(Work to be completed):
In the entries below, find each line with the word "CONE" and pull it out.
╭─ Records for processing
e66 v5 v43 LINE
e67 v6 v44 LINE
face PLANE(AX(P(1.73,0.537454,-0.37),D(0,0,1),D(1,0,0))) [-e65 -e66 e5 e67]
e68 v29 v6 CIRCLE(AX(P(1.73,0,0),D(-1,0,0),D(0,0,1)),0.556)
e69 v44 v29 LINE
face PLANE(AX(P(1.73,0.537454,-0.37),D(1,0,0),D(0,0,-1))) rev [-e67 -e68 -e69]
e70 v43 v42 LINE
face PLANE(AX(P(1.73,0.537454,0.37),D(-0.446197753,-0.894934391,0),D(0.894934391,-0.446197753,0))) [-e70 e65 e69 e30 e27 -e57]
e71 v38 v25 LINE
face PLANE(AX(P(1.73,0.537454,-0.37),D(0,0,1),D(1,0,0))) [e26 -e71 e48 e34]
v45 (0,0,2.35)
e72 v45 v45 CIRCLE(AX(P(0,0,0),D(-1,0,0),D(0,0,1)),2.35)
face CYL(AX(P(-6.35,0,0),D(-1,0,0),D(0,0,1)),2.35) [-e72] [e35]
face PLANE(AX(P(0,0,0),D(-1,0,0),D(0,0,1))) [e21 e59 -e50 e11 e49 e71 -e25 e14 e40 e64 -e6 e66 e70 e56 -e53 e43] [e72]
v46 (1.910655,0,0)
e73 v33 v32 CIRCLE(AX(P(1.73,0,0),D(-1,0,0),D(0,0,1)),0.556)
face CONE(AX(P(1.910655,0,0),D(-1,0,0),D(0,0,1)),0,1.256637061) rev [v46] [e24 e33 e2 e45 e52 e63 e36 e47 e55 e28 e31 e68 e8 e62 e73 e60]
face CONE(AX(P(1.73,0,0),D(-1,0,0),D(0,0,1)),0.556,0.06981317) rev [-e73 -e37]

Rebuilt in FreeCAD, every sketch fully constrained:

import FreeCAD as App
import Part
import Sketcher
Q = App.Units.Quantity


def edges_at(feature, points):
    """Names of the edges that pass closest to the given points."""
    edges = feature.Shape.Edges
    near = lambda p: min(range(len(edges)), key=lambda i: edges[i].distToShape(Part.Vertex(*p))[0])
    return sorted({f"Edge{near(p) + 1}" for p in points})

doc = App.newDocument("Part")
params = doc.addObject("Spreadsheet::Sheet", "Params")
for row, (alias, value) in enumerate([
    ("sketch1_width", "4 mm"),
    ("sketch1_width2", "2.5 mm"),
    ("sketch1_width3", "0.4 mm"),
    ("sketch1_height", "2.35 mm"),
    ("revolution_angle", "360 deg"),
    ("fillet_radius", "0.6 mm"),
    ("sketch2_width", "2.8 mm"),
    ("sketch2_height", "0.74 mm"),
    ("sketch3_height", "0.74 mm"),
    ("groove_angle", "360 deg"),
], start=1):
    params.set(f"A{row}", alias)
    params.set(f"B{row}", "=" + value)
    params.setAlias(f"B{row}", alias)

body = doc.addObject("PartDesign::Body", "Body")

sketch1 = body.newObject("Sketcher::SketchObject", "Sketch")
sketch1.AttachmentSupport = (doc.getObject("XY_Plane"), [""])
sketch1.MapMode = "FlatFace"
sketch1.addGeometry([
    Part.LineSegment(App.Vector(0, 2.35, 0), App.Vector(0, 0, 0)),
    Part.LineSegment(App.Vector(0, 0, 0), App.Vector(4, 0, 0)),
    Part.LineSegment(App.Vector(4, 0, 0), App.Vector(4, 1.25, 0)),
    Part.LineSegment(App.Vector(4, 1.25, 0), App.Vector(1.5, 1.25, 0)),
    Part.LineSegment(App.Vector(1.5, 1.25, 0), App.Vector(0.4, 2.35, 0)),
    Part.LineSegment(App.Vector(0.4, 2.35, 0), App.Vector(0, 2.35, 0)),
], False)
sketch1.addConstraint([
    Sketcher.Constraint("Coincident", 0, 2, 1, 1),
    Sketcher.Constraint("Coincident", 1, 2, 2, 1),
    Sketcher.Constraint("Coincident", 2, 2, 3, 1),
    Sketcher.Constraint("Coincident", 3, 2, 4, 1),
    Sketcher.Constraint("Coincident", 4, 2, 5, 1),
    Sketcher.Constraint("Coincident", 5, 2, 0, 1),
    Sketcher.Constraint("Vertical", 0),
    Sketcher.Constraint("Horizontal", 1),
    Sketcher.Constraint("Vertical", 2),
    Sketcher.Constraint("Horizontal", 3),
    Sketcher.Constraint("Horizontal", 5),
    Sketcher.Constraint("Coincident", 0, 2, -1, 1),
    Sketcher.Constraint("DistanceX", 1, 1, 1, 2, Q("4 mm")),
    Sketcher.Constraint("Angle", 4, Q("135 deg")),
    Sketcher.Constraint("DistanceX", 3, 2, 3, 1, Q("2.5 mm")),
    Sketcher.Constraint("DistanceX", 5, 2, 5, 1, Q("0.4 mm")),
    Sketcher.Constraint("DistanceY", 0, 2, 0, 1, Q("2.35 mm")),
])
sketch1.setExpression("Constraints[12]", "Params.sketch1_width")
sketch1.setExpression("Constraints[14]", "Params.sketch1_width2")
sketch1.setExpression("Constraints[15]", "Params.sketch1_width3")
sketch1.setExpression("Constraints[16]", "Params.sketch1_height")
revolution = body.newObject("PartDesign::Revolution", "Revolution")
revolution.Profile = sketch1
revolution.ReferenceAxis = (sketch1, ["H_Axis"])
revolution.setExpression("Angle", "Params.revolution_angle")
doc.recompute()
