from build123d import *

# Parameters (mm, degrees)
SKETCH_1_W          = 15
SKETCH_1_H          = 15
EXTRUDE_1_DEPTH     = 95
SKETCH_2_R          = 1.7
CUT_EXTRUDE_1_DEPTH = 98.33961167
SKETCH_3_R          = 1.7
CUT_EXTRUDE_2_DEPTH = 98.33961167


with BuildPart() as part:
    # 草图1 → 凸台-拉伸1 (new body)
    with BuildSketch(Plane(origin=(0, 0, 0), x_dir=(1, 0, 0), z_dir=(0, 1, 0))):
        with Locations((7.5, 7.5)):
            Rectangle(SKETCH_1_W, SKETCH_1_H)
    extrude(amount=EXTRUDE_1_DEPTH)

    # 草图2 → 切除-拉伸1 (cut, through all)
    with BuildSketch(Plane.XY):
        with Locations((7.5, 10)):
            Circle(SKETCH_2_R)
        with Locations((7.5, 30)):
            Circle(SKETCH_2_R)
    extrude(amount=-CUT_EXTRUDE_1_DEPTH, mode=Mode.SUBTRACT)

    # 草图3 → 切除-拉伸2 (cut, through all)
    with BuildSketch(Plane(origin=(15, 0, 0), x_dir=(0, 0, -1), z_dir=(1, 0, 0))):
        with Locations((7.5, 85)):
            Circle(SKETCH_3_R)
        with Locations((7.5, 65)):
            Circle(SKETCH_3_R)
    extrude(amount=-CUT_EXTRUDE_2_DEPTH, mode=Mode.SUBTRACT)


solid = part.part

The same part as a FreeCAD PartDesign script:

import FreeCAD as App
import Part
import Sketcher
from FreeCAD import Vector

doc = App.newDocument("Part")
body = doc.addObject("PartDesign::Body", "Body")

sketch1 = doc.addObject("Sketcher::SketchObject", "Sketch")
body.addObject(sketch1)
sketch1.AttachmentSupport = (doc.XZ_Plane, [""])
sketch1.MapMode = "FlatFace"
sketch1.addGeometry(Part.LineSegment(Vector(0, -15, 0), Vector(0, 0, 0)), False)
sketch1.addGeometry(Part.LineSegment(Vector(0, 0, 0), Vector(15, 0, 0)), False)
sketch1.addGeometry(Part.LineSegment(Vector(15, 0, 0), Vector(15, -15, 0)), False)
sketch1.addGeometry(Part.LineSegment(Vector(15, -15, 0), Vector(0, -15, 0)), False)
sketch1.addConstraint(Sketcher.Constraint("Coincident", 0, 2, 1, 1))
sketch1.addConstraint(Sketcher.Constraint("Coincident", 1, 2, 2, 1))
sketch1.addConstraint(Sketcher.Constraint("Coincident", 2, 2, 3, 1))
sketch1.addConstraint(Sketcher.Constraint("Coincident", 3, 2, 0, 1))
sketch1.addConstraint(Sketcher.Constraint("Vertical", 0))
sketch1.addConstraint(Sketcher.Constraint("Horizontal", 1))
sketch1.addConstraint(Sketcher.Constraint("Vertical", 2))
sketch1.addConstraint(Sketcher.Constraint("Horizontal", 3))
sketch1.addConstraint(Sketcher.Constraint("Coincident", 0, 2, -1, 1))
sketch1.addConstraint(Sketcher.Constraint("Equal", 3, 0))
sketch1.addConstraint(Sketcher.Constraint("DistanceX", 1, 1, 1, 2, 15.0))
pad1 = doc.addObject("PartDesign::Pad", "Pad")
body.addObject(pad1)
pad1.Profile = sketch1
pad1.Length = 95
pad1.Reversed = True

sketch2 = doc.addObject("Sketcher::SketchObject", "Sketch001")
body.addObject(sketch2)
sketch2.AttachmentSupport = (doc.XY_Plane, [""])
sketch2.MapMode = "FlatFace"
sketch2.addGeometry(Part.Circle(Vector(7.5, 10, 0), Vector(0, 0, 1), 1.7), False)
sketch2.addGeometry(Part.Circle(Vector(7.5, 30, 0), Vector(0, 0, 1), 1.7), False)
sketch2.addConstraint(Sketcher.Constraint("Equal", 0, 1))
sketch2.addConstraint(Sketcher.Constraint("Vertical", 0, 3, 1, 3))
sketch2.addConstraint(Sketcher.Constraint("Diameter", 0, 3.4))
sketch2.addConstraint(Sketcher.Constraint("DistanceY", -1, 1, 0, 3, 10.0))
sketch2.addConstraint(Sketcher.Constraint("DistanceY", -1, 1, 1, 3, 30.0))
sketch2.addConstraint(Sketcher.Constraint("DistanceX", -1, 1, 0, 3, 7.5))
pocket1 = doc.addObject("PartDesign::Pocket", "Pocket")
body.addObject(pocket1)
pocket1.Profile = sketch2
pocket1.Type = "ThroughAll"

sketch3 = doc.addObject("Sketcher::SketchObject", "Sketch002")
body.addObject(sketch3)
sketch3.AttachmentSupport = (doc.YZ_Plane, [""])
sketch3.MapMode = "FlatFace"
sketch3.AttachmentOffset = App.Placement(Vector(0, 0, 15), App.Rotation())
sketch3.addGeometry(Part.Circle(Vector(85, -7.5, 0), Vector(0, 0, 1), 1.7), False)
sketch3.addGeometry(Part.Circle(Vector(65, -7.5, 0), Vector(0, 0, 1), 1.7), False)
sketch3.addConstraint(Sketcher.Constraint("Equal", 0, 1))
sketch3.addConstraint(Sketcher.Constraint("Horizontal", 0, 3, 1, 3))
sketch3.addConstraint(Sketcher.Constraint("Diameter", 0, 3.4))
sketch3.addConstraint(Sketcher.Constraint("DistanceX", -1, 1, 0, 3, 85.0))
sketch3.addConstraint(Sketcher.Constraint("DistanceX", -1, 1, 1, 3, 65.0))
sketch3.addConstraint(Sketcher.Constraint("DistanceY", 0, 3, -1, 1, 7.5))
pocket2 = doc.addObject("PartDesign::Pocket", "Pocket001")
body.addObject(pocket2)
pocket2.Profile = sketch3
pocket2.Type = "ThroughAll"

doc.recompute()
╰─
(Answer below):
face CONE(AX(P(1.910655,0,0),D(-1,0,0),D(0,0,1)),0,1.256637061) rev [v46] [e24 e33 e2 e45 e52 e63 e36 e47 e55 e28 e31 e68 e8 e62 e73 e60]
face CONE(AX(P(1.73,0,0),D(-1,0,0),D(0,0,1)),0.556,0.06981317) rev [-e73 -e37]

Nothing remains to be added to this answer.